Let’s compare the distributions over each year in the dataset
[17]:
distribution_plot(ts, freq="1Y")
3. Outliers¶
Visually, all the time series contain outliers - abnormal spikes on the plot. Their presence might cause the reduce in predictions quality.
[18]:
ts.plot()
In our library, we provide two methods for outliers detection. In addition, you can easily visualize the detected outliers using plot_anomalies
[19]:
from etna.analysis.outliers import get_anomalies_median, get_anomalies_density
from etna.analysis import plot_anomalies
3.1 Median method¶
To obtain the point outliers using the median method we need to specify the window for fitting the median model.
[20]:
anomaly_dict = get_anomalies_median(ts, window_size=100)

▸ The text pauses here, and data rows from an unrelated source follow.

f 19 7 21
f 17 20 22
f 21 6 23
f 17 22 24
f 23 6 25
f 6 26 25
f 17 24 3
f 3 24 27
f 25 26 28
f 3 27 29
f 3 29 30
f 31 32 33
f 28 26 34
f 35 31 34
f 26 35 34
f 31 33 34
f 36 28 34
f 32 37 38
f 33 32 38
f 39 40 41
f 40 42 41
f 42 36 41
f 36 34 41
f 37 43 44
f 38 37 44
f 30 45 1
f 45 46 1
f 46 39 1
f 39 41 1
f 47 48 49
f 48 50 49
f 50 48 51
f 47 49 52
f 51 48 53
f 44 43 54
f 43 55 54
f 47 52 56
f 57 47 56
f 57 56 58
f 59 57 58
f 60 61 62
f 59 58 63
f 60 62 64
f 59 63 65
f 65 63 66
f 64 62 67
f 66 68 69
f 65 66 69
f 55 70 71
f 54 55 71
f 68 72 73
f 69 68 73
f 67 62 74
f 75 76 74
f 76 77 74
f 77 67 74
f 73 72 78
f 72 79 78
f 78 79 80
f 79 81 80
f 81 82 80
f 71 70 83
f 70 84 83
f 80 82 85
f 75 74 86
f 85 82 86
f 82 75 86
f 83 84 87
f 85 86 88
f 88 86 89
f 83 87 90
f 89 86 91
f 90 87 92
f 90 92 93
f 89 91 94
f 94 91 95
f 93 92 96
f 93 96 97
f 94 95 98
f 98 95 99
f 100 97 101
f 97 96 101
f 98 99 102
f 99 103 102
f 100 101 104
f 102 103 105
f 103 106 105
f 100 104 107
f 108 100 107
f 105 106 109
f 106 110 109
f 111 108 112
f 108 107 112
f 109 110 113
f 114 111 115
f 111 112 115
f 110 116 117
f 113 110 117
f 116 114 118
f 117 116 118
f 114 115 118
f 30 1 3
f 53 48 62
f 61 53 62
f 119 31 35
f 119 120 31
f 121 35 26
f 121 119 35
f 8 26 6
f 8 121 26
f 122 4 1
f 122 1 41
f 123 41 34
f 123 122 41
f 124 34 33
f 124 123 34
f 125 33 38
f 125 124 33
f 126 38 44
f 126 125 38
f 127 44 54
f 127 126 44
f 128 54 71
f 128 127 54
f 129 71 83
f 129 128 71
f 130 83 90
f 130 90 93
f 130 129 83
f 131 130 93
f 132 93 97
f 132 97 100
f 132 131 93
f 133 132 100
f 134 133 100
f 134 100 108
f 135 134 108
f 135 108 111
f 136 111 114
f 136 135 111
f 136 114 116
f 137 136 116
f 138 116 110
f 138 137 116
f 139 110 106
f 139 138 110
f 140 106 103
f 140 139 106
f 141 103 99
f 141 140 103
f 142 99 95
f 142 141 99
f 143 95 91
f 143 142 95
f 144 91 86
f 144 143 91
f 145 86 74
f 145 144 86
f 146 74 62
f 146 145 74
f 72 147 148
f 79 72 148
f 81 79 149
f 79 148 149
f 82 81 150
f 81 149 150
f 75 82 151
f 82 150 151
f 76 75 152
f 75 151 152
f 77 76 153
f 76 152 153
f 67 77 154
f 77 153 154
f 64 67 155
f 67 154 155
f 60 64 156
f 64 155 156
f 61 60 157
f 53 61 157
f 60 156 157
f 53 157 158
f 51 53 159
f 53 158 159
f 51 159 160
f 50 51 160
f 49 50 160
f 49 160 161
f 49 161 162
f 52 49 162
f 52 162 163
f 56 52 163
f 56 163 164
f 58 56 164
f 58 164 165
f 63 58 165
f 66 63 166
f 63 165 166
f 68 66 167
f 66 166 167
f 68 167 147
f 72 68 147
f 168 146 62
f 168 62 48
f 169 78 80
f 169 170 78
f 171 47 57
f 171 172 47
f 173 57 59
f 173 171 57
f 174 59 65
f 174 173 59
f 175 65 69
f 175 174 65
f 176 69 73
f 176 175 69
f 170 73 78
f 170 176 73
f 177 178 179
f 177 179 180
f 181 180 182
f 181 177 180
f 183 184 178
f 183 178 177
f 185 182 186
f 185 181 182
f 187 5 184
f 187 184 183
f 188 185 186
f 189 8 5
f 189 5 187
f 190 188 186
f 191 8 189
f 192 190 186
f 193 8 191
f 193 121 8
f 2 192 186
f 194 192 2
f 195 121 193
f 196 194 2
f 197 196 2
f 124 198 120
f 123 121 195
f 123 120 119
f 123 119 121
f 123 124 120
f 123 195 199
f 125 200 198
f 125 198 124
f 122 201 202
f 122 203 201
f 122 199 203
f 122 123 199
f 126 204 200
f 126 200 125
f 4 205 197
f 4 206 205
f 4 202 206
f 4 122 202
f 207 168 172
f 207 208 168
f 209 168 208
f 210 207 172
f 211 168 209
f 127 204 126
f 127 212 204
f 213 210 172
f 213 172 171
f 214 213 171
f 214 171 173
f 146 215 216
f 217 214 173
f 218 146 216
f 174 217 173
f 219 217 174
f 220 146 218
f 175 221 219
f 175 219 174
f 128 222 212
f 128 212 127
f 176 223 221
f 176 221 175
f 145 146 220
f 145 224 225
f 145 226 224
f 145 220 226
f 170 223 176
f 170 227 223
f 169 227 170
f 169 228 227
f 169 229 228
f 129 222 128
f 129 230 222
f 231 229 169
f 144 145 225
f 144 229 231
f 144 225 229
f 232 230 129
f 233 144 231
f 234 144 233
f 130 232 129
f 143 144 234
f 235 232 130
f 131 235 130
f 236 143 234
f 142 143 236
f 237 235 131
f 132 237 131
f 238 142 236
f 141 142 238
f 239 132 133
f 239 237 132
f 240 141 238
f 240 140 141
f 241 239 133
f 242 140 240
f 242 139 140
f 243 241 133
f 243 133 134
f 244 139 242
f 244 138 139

plot_anomalies(ts, anomaly_dict)
3.2 Density method¶
It is a distance-based method for outliers detection. Don’t rely on default parameters)
[21]:
anomaly_dict = get_anomalies_density(ts)
plot_anomalies(ts, anomaly_dict)
The best practice here is to specify the method parameters for your data
[22]:
anomaly_dict = get_anomalies_density(ts, window_size=18, distance_coef=1, n_neighbors=4)
plot_anomalies(ts, anomaly_dict)
That’s all for this notebook. More features for time series analysis you can find in our documentation.